DATA FOR THIS TASK

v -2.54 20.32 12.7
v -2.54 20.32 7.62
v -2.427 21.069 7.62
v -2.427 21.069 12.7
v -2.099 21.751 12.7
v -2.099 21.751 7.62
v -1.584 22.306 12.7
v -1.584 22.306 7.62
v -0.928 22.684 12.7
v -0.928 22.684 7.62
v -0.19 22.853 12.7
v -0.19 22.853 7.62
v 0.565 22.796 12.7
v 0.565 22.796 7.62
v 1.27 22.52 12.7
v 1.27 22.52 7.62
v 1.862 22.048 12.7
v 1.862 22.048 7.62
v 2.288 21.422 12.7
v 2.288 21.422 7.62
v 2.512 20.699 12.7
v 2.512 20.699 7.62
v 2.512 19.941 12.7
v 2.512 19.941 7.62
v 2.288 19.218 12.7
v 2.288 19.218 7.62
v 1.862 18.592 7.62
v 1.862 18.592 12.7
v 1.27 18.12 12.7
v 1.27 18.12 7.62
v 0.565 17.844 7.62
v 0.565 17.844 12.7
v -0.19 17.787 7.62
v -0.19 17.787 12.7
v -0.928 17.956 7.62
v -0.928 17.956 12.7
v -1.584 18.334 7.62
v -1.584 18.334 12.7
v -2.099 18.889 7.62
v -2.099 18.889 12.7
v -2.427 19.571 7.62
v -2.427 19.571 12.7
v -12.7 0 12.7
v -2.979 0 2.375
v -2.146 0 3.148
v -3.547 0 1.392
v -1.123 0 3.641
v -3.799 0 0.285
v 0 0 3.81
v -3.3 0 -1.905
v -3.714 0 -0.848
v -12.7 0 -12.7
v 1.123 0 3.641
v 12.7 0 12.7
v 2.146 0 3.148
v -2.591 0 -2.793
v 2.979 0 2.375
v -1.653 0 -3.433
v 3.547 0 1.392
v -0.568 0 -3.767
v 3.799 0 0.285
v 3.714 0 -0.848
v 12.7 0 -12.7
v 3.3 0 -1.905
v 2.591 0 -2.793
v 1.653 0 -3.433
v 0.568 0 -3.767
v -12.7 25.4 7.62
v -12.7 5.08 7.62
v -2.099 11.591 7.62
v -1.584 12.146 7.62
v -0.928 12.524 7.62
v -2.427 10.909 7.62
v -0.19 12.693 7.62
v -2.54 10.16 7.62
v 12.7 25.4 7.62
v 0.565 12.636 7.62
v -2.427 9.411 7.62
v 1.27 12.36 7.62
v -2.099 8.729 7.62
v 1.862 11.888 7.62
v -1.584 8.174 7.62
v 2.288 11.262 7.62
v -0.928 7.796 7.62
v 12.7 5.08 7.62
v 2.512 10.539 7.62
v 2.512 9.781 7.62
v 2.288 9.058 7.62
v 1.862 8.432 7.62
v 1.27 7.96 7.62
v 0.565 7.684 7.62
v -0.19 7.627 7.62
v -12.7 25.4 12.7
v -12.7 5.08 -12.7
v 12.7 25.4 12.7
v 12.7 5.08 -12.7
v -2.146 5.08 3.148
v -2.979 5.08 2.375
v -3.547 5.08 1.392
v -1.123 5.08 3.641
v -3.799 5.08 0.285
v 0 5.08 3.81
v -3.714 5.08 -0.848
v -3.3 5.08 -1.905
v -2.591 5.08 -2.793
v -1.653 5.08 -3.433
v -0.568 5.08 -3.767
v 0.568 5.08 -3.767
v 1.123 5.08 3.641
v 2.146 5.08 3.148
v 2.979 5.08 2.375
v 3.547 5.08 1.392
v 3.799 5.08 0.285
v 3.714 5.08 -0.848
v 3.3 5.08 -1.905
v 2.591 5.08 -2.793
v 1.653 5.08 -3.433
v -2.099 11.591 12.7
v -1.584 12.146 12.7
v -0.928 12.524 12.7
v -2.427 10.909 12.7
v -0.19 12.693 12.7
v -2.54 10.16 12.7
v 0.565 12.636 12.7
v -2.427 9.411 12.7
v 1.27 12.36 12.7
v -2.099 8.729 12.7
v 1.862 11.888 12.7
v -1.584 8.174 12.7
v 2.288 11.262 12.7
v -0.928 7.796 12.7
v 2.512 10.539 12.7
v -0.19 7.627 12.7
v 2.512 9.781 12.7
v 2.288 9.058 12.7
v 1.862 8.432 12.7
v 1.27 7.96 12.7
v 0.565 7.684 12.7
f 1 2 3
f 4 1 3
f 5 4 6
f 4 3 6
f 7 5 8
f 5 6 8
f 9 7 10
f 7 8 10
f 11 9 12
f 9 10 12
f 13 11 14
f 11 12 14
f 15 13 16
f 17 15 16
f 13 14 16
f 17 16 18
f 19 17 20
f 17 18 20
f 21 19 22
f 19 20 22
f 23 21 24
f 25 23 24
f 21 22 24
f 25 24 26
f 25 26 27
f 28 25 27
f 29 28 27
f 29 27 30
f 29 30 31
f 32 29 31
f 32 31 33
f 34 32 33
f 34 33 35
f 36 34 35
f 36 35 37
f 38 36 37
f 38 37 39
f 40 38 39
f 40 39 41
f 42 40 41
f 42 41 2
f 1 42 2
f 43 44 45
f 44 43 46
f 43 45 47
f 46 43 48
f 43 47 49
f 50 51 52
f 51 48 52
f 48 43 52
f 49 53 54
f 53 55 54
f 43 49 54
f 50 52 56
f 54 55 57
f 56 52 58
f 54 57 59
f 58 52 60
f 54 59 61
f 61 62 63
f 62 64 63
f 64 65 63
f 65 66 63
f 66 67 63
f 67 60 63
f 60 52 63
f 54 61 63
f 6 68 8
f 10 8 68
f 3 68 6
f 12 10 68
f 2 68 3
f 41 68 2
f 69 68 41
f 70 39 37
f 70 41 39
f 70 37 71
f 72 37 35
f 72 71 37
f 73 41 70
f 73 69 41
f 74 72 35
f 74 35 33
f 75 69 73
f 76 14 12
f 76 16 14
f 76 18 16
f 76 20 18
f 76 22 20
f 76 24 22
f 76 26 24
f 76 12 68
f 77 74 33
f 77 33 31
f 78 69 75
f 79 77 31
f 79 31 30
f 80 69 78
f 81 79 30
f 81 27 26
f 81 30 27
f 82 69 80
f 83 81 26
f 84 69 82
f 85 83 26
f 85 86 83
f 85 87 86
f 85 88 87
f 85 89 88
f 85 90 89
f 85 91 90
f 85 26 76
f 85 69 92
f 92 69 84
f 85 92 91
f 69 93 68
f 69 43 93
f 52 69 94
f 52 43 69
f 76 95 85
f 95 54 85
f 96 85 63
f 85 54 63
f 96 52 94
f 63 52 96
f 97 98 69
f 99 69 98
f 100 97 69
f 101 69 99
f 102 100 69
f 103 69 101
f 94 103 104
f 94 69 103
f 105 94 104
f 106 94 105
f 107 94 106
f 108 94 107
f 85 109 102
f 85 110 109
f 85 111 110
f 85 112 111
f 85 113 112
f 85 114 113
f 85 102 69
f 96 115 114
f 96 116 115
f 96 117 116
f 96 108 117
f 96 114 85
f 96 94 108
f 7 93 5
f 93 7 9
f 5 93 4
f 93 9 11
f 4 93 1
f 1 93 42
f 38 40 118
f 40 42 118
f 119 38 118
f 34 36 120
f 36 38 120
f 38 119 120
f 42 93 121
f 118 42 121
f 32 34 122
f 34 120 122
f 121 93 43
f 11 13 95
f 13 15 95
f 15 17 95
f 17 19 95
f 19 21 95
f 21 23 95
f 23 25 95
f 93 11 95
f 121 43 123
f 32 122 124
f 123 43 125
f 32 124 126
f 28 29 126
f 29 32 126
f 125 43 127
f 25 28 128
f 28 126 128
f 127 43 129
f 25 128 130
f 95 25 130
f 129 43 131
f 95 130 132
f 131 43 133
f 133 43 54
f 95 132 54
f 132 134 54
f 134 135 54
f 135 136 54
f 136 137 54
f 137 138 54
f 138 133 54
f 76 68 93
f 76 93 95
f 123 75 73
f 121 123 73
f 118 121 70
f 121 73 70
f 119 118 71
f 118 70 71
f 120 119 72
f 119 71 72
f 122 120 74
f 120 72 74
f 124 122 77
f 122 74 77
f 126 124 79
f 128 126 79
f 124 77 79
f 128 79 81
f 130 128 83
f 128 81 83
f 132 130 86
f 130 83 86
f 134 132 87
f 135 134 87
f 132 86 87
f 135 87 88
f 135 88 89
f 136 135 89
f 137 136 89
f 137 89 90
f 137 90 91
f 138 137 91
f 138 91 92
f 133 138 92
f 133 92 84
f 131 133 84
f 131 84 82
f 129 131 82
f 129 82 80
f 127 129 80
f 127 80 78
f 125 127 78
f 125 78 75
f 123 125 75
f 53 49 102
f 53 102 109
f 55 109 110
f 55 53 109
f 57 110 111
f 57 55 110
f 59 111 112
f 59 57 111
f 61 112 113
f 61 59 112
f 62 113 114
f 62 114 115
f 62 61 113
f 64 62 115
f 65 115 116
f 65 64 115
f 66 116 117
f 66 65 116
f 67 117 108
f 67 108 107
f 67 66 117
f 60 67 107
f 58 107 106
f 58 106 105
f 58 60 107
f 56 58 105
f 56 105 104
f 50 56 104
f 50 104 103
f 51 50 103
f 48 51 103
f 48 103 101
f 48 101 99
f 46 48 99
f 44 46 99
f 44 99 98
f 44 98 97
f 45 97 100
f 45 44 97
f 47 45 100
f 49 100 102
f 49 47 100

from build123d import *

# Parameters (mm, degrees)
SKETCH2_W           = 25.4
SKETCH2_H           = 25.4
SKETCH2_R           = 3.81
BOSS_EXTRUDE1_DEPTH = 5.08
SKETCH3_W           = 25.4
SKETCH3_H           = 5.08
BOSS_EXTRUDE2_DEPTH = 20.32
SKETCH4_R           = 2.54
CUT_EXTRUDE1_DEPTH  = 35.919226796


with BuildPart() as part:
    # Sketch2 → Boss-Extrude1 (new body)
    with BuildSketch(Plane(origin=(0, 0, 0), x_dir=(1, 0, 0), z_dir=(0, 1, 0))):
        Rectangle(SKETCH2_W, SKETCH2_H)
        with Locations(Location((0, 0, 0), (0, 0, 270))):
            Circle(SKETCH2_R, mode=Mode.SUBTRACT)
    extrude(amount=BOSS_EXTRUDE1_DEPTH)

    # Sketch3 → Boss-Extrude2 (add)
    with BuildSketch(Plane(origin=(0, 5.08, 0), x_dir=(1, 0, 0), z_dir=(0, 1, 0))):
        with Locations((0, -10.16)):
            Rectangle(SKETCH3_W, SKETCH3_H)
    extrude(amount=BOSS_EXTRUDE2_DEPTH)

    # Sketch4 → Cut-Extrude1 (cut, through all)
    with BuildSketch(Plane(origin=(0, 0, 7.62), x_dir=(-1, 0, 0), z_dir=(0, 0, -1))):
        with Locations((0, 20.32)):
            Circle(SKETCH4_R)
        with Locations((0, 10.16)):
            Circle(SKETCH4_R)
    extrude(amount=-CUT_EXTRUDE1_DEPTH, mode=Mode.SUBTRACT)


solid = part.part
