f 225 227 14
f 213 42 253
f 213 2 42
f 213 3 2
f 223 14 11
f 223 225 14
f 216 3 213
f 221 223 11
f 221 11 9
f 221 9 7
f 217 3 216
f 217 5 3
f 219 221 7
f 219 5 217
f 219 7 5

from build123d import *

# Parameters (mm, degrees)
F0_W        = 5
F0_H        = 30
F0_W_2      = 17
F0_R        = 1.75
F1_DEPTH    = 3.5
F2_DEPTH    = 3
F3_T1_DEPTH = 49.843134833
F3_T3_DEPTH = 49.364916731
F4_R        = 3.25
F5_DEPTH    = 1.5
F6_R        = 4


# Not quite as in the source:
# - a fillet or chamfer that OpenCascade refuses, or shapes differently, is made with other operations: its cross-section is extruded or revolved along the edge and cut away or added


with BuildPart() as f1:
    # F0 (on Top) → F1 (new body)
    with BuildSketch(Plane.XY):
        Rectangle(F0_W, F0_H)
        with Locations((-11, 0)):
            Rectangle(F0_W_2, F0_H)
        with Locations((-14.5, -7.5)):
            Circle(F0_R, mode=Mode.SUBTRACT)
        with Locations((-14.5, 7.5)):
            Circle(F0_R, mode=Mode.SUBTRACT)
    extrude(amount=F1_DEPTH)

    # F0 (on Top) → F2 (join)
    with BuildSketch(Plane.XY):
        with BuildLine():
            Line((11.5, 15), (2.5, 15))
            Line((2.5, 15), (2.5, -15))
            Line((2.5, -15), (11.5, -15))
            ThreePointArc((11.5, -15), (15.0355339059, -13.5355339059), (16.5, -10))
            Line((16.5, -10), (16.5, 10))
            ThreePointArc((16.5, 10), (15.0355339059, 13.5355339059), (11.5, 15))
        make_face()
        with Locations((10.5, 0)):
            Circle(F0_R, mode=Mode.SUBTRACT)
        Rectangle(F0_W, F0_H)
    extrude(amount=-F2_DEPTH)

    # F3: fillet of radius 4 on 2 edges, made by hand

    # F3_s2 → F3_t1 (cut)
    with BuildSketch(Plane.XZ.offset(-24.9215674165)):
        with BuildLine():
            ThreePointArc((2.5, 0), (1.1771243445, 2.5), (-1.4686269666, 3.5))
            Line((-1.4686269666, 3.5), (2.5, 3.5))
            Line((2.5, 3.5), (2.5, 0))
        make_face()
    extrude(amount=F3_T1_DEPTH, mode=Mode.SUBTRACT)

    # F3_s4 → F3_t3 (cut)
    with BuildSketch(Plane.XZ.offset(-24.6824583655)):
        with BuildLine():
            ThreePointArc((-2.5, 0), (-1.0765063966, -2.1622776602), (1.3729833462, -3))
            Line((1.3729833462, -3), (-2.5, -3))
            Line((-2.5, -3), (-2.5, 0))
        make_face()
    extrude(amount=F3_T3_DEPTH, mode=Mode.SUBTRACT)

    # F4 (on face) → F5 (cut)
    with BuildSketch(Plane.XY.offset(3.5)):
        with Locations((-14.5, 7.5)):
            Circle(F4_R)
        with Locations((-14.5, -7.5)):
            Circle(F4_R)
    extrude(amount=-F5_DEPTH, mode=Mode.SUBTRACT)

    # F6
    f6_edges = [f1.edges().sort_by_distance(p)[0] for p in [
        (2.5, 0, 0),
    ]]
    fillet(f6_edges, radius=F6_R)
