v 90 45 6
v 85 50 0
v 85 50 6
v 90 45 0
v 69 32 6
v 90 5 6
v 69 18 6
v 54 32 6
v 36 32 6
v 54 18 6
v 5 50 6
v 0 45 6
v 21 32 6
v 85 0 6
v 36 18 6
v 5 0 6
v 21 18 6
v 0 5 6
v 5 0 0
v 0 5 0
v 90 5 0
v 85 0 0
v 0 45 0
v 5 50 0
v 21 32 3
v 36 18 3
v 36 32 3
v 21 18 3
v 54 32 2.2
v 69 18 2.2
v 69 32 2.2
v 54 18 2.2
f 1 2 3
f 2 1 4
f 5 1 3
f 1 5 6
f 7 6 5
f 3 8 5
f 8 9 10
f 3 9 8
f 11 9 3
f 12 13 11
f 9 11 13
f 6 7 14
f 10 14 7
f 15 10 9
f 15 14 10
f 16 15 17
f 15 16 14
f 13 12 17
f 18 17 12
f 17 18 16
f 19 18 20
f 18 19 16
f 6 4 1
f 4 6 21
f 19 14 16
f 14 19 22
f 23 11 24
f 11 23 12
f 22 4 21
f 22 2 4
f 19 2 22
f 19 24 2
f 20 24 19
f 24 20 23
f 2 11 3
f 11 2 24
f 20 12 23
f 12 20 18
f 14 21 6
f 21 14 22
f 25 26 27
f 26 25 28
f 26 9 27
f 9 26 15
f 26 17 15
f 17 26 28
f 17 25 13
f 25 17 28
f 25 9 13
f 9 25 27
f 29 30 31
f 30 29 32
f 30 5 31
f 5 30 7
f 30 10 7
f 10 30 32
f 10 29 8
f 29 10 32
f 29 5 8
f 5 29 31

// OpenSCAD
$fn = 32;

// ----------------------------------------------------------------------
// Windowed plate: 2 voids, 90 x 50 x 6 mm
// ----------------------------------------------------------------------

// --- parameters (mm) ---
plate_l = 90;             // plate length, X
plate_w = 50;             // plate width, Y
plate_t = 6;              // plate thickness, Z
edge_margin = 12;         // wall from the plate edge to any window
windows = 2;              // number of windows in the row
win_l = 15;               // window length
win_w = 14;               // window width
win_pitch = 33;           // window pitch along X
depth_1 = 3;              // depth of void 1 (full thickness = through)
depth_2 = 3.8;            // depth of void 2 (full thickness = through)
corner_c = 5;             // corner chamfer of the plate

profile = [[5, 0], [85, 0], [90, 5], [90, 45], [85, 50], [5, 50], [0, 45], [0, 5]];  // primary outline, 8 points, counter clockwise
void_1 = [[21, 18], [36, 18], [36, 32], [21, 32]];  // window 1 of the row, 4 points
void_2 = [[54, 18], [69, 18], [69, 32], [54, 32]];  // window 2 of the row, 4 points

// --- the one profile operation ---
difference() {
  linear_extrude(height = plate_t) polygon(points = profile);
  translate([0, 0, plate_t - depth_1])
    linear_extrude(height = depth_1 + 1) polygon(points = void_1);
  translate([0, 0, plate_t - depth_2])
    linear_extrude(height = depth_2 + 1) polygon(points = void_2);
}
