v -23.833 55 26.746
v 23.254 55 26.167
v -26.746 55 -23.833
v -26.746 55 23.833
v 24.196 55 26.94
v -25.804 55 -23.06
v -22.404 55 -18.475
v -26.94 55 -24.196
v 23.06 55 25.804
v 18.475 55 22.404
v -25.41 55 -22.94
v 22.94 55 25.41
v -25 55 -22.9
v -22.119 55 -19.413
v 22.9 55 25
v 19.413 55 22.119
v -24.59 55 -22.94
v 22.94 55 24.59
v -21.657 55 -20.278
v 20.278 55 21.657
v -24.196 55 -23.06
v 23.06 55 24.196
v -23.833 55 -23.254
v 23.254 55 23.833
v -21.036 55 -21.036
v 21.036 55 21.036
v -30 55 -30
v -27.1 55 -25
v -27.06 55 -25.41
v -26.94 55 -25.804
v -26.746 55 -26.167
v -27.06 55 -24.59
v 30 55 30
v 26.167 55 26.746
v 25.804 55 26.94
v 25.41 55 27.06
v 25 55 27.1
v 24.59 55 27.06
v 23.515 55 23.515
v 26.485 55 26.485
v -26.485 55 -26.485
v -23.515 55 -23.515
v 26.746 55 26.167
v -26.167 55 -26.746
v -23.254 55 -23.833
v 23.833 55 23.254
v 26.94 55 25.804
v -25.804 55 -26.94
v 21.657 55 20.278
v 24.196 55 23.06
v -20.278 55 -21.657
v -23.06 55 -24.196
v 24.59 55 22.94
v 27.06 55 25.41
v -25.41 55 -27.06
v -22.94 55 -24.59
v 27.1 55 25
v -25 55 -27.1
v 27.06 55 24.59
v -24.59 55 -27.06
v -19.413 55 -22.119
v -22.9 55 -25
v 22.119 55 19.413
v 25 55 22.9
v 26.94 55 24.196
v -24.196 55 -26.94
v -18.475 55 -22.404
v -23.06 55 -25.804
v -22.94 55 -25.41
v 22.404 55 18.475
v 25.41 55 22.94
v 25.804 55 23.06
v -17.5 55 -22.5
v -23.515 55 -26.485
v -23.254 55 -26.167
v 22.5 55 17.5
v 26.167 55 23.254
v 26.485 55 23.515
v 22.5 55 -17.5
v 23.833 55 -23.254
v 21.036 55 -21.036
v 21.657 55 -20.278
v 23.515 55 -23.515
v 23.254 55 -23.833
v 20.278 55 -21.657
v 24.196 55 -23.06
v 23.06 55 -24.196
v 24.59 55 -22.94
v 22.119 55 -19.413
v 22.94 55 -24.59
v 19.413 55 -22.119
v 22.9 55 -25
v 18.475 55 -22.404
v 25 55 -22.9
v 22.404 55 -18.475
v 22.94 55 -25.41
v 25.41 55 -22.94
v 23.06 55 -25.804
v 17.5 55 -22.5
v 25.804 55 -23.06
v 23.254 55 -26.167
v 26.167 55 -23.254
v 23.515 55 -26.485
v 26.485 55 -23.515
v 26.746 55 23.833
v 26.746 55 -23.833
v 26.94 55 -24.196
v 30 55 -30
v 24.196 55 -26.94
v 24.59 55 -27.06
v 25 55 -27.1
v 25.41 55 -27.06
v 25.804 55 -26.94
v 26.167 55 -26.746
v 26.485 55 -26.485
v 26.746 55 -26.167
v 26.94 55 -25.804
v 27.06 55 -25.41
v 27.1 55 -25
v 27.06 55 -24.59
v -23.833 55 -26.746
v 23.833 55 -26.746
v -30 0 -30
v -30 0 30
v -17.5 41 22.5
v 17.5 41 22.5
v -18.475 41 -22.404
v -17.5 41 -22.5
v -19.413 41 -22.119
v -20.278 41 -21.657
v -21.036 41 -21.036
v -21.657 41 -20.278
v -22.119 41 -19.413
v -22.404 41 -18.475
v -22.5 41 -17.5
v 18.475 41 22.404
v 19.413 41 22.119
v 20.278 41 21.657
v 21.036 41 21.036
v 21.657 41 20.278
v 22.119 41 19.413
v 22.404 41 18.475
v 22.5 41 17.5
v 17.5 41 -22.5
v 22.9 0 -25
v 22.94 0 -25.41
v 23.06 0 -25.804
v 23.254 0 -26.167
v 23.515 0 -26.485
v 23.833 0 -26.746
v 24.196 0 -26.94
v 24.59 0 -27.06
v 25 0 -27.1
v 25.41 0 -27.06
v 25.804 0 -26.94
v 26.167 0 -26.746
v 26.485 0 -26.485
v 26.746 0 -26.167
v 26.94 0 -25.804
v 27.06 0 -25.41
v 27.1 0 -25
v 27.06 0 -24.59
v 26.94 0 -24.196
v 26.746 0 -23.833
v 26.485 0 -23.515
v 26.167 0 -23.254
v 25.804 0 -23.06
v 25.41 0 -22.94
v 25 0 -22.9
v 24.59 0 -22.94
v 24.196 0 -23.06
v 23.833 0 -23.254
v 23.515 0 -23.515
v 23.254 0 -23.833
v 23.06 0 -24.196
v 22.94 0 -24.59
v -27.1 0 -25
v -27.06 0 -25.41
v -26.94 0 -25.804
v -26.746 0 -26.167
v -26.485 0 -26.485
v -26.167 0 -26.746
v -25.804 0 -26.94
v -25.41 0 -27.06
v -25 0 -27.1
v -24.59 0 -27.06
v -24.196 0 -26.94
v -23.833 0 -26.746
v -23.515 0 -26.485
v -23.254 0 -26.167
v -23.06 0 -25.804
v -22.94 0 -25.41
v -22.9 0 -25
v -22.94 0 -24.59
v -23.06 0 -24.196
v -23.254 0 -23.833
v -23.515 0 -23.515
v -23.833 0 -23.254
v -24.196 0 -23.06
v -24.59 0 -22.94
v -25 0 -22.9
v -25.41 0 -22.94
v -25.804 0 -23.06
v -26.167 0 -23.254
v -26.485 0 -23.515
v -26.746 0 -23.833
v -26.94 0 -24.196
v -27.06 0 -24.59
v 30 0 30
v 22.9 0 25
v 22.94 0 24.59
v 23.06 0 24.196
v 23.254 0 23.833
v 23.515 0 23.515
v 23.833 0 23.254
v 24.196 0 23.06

TASK DETAILS
Tell how many lines in the data above hold "made". Nothing but the number.

ANSWER TO THIS TASK
2